--- Exercise data Enclosed Below ---

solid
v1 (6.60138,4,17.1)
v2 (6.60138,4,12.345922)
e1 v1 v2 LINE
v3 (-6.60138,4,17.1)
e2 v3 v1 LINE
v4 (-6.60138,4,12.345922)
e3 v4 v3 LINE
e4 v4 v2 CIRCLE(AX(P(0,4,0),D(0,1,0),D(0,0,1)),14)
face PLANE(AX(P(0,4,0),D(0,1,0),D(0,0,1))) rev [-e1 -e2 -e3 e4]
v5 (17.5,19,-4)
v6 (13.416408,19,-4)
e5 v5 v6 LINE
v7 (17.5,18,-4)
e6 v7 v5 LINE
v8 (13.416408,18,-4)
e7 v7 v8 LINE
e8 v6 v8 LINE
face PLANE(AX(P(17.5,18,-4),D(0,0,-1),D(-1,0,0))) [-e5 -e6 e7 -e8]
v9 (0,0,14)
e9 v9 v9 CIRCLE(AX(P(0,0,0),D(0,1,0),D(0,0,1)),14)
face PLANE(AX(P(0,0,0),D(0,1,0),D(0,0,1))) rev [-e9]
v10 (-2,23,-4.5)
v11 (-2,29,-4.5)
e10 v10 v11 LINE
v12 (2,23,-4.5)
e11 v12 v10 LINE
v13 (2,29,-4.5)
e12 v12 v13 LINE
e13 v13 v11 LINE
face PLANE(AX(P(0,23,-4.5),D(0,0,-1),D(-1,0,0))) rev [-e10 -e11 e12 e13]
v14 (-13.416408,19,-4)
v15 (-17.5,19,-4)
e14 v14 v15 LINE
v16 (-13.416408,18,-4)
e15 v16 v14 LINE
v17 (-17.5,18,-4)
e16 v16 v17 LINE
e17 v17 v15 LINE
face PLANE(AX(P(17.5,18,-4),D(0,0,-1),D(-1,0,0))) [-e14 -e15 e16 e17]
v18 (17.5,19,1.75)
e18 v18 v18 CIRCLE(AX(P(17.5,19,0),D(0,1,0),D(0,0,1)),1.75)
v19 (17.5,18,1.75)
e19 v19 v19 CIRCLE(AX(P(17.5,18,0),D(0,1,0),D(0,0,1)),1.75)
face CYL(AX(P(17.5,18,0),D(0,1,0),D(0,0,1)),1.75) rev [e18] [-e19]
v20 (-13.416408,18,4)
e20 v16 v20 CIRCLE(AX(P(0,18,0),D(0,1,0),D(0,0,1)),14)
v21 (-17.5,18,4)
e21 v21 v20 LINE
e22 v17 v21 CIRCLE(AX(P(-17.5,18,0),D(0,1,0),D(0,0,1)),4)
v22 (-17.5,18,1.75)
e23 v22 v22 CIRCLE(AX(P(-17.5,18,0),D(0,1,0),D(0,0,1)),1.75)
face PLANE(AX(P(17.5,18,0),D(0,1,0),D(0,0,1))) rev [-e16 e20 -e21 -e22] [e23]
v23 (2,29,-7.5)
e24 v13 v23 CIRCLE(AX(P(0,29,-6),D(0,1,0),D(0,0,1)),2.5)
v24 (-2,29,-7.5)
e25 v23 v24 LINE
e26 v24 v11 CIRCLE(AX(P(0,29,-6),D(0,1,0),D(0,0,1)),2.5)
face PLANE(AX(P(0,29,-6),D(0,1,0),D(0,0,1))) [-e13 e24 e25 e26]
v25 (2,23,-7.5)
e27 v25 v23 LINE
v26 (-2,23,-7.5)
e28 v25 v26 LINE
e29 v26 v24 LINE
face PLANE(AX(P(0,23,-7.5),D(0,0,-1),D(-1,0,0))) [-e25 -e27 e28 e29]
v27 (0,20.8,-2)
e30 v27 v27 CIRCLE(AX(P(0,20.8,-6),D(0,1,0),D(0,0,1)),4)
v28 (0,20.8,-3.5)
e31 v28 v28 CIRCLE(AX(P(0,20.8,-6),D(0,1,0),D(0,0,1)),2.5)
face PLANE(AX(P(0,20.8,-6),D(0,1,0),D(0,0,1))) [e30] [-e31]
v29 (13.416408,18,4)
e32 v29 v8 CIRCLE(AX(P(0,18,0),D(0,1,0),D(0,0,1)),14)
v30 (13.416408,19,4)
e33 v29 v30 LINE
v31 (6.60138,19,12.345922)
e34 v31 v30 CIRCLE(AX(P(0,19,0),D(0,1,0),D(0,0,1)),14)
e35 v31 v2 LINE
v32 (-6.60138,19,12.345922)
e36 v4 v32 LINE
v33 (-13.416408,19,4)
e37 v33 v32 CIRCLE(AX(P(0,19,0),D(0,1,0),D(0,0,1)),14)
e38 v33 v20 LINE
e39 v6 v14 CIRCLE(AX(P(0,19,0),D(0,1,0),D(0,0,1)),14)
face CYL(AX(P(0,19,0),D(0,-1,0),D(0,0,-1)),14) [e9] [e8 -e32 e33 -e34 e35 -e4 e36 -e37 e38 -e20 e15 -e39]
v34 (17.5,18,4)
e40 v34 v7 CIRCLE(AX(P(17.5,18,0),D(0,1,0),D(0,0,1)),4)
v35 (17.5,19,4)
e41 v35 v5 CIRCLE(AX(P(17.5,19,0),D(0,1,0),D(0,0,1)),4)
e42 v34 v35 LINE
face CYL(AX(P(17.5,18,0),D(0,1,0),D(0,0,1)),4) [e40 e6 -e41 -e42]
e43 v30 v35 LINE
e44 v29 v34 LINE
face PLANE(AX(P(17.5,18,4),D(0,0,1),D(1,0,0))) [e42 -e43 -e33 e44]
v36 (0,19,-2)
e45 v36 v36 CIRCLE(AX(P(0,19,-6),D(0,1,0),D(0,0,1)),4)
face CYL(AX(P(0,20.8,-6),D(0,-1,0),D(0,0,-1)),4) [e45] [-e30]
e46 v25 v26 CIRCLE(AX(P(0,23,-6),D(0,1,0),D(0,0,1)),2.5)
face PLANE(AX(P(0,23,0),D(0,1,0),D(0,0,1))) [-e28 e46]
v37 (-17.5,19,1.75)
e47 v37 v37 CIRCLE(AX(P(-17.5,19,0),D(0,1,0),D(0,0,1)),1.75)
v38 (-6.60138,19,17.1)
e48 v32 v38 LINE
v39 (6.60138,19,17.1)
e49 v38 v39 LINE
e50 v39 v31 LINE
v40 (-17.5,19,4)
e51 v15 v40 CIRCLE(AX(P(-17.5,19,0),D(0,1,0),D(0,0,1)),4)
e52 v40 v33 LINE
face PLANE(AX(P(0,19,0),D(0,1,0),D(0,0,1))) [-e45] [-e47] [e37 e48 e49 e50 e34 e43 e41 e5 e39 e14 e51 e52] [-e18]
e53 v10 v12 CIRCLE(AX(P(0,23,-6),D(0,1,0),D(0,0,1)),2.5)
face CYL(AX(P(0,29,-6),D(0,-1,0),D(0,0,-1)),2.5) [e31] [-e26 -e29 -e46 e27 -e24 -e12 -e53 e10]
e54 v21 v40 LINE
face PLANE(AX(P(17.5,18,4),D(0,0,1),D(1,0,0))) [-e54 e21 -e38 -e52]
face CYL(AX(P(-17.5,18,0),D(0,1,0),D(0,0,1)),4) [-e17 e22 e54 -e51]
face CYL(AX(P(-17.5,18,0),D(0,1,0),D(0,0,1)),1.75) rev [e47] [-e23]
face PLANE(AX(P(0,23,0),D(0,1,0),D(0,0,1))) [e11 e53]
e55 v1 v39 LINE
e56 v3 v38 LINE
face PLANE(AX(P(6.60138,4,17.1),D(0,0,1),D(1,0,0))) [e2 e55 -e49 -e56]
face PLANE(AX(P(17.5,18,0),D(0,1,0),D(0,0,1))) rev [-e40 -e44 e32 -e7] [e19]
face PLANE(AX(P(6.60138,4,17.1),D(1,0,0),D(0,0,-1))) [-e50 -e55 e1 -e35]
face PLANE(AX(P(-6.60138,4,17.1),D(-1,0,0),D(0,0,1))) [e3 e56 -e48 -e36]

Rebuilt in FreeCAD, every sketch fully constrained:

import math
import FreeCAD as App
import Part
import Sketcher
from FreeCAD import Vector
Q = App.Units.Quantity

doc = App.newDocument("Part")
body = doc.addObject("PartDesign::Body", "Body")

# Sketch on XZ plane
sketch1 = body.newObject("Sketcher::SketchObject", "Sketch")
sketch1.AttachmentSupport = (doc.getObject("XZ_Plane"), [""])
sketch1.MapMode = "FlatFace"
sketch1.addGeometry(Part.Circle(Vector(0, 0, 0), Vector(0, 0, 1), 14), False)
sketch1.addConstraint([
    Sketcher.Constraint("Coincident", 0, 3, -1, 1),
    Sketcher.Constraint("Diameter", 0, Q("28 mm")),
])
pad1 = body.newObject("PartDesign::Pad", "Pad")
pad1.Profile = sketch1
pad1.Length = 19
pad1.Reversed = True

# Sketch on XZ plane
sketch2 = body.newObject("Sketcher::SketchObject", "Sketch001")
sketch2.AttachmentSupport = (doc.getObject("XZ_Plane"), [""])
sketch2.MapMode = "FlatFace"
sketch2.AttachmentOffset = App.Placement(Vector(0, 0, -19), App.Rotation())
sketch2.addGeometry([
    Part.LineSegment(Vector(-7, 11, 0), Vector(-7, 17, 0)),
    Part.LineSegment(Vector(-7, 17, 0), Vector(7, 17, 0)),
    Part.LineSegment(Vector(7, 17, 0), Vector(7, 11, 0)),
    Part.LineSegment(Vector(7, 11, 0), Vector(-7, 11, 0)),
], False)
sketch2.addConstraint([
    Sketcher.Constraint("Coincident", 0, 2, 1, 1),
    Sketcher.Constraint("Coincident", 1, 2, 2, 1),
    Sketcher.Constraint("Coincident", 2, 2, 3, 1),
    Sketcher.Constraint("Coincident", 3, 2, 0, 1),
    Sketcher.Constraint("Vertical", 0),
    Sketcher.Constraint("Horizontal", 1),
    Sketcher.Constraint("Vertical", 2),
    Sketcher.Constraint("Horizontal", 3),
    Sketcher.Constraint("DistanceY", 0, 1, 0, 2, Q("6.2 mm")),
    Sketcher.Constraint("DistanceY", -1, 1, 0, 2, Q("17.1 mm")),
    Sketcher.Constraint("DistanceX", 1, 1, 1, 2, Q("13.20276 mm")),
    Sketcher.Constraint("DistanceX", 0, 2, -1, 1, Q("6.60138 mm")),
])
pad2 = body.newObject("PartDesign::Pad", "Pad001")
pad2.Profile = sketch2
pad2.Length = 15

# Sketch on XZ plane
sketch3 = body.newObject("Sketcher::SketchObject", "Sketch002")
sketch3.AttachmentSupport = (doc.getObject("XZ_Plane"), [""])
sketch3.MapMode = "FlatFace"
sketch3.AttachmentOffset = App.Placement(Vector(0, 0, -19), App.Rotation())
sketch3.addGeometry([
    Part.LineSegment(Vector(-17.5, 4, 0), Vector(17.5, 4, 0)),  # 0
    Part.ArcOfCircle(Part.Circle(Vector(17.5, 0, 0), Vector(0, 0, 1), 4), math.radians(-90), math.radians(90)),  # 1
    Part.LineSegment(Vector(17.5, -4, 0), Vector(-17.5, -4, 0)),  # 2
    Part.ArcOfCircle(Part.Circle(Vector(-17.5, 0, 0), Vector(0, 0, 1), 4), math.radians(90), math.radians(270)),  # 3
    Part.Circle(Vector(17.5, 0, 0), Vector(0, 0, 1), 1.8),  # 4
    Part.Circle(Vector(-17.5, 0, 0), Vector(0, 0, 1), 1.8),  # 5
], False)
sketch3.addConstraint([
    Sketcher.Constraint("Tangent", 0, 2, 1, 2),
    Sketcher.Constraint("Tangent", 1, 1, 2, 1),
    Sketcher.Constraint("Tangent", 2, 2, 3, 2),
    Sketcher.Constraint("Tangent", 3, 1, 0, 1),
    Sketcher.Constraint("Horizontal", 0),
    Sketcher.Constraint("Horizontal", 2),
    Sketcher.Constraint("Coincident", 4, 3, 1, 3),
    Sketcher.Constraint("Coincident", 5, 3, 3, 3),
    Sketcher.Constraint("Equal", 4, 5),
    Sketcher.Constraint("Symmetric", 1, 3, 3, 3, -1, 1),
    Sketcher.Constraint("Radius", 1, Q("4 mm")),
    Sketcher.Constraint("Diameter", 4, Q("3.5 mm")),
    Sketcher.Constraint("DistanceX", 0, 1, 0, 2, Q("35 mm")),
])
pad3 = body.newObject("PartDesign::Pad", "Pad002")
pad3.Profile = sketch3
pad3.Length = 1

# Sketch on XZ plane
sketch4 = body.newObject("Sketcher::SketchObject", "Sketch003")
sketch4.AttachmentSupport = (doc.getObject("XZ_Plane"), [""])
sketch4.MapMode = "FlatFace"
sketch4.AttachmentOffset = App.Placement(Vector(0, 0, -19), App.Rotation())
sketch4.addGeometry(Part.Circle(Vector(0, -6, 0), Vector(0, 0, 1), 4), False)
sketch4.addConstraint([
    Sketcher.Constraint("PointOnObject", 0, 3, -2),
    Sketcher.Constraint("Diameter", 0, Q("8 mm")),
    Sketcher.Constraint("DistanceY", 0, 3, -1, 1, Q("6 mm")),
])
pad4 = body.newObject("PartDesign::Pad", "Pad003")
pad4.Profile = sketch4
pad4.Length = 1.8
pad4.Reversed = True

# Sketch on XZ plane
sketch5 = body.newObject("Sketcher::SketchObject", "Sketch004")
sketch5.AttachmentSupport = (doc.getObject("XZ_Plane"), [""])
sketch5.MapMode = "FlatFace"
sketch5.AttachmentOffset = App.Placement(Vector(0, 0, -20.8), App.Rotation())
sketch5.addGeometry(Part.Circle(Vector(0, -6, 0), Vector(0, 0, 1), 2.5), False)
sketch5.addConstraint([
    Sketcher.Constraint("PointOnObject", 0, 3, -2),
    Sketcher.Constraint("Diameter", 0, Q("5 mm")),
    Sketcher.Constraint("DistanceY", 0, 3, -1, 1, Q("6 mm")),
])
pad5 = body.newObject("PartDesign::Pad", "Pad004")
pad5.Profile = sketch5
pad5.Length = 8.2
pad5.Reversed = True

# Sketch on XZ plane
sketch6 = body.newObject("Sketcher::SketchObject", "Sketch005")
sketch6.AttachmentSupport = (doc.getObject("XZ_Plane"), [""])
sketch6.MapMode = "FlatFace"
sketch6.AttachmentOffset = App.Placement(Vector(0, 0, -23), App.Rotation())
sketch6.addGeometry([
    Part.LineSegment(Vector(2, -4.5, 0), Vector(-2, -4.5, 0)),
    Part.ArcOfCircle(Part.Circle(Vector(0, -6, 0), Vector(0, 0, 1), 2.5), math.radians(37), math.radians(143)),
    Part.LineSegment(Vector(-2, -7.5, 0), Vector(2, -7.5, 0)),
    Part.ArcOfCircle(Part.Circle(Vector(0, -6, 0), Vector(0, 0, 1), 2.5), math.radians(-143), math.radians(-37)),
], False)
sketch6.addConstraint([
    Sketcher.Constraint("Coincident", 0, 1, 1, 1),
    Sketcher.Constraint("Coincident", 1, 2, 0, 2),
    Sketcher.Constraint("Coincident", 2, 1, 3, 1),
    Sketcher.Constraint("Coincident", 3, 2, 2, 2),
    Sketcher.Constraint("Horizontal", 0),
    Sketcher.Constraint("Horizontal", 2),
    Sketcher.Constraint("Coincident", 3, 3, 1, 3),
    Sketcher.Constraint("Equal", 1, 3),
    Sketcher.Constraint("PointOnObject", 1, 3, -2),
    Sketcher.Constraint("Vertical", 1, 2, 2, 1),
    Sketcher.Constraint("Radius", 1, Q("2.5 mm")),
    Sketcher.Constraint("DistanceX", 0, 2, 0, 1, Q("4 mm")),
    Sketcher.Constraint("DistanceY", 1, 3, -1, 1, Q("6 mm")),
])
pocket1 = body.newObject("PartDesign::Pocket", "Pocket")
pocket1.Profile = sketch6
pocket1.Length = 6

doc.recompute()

--- End of Enclosed Exercise data ---

• Try it:
Set down, exactly as they stand above, the lines starting with the line with "e15 v16 v14 LINE" and going on through the line with "v21 (-17.5,18,4)", and no others.

• Reply:
e15 v16 v14 LINE
v17 (-17.5,18,-4)
e16 v16 v17 LINE
e17 v17 v15 LINE
face PLANE(AX(P(17.5,18,-4),D(0,0,-1),D(-1,0,0))) [-e14 -e15 e16 e17]
v18 (17.5,19,1.75)
e18 v18 v18 CIRCLE(AX(P(17.5,19,0),D(0,1,0),D(0,0,1)),1.75)
v19 (17.5,18,1.75)
e19 v19 v19 CIRCLE(AX(P(17.5,18,0),D(0,1,0),D(0,0,1)),1.75)
face CYL(AX(P(17.5,18,0),D(0,1,0),D(0,0,1)),1.75) rev [e18] [-e19]
v20 (-13.416408,18,4)
e20 v16 v20 CIRCLE(AX(P(0,18,0),D(0,1,0),D(0,0,1)),14)
v21 (-17.5,18,4)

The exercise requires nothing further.